- China’s stock market could continue to see uninterrupted recovery strategists say, buoyed by positive fiscal policies.
- The PBoC announced a $100.99 billion loan program to inject more liquidity into the market.
- The SSE Composite is now 12% higher than pre-pandemic levels.
China’s stock market could see an uninterrupted recovery in the medium-term, strategists say. Despite heightening geopolitical risks and territorial tensions, the nation’s economy is quickly rebounding.
David Chao, a global market strategist at Invesco Asia Pacific, attributed the recovering economy to the handling of the pandemic.
The strategist emphasized that China controlled the pandemic early on, paving the economy’s path to recovery.
Consequently, Chao noted that the economy could “continue its recuperation somewhat interrupted,” expressing optimism towards the stock market.
China’s Stock Market Recovers Past Pre-Pandemic Levels, Buoyed By Strong Fiscal Policies
The SSE Composite index, which tracks all stocks on the Shanghai Stock Exchange, surpassed 3,451 points on August 18.

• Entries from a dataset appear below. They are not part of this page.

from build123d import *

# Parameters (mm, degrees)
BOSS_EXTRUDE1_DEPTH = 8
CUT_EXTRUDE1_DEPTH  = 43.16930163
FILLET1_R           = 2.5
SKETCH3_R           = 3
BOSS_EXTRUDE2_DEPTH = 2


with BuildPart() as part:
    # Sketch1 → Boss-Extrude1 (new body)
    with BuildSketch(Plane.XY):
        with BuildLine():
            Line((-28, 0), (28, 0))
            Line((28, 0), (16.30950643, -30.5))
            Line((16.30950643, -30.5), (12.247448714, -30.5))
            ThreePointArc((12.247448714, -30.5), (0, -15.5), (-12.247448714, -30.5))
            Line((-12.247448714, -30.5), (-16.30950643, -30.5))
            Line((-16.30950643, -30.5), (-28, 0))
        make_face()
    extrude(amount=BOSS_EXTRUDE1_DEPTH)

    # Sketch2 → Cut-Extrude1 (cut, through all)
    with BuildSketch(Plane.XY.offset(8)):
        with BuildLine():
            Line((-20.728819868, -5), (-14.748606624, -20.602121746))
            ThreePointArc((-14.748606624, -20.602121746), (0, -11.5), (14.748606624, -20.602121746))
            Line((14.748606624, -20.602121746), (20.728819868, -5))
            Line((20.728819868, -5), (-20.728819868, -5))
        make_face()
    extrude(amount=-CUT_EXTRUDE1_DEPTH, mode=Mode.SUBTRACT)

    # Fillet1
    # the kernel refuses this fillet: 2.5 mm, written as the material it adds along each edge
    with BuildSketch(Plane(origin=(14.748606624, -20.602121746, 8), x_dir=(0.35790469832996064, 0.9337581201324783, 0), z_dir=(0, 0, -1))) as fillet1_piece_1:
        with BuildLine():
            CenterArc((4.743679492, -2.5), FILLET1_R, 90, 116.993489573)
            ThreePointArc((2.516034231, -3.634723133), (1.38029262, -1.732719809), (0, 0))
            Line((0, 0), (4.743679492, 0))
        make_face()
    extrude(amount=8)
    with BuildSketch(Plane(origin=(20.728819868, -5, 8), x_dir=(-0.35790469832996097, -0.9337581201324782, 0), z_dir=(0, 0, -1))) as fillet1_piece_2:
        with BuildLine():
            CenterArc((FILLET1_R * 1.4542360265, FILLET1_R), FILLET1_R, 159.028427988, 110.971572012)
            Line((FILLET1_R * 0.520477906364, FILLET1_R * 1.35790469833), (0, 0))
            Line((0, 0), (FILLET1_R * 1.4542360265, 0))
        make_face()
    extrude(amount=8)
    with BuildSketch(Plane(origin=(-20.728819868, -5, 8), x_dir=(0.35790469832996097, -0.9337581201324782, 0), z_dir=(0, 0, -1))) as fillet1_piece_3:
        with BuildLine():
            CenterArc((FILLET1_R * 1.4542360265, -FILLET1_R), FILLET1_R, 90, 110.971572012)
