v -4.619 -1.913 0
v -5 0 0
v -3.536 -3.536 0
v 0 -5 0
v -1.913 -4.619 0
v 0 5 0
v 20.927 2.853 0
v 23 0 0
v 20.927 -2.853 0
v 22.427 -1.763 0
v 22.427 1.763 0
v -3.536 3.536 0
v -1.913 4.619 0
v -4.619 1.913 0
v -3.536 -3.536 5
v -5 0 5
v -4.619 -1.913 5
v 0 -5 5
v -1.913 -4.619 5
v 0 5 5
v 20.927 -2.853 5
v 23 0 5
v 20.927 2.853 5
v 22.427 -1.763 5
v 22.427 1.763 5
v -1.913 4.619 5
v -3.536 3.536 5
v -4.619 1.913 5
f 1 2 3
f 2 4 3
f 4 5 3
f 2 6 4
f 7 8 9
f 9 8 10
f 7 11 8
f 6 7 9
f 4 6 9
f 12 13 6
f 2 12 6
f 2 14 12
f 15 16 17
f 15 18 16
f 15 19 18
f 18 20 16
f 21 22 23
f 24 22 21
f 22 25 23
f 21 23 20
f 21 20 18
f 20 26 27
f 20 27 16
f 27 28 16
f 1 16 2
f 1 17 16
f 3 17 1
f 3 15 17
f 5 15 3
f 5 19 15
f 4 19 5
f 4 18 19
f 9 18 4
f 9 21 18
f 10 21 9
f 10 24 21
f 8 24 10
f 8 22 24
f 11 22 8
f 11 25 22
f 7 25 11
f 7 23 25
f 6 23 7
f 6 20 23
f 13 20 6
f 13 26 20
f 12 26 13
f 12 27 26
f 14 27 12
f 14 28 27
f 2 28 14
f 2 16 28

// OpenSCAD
// Hull of two circles
linear_extrude(height=5) hull() {
  circle(r=5);
  translate([20, 0]) circle(r=3);
}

In February, before the pandemic, the SSE Composite index hovered at 3,071 at the peak of the first quarter.
The Chinese stock market has increased by more than 12% since pre-pandemic levels, completing a V-shape recovery.
According to Chao, he believes the Chinese stock market might see more upside. The economy has started to reopen, supported by the People’s Bank of China (PBoC) ‘s $100.99 billion loan program. Chao said:
“I think that it’ll continue to be constructive both on the Chinese economy and on the markets. I still think that’s there’s still meaningful upside from current levels.”
Strategists are also optimistic about the relatively positive stance of the PBoC to provide enough firepower to aid economic recovery.
Natwest Group’s China economist Liu Peiqian said that the injection of new liquidity shows “a more accommodative stance.”
Peqian said the recent initiative of the PBoC demonstrates the government’s intent to sustain stability. She explained that it is positive because the move is not a reaction to slowing markets.
Instead, it indicates that the Chinese government currently sees a gradually rebounding economy, and its efforts are to stabilize it.
Strategist Says China’s Stock Market is On Track For 20% Gain
China Still Faces a Big Threat
Since earlier this month, U.S. President Donald Trump has continuously pushed towards banning TikTok and WeChat.
On August 7, President Trump officially released orders to ban the two Chinese social media giants.
For TikTok and WeChat to operate in the U.S., American companies would have to acquire their U.S. operations. Currently, Microsoft, Oracle, and Twitter are in talks to purchase the U.S. arm of TikTok.
The intensifying geopolitical risks resulting from direct restrictions on Chinese companies place pressure on China’s stock market.
When asked about the potential implementation of additional restrictions on more Chinese companies, President Trump said:
“We’re looking at other things, yes we are.”
Whether the U.S. and China could offset geopolitical risks through the continuation of trade discussions is still uncertain.
On August 15, the U.S. and China indefinitely delayed trade talks reportedly scheduled for the weekend.
China’s stock market appears to be unfazed by the prolonged trade talks and the worsening U.S.-China relations.
The confluence of growing liquidity, a recovering economy, and expectations of a new round of trade talks are sustaining the Chinese stock market’s momentum.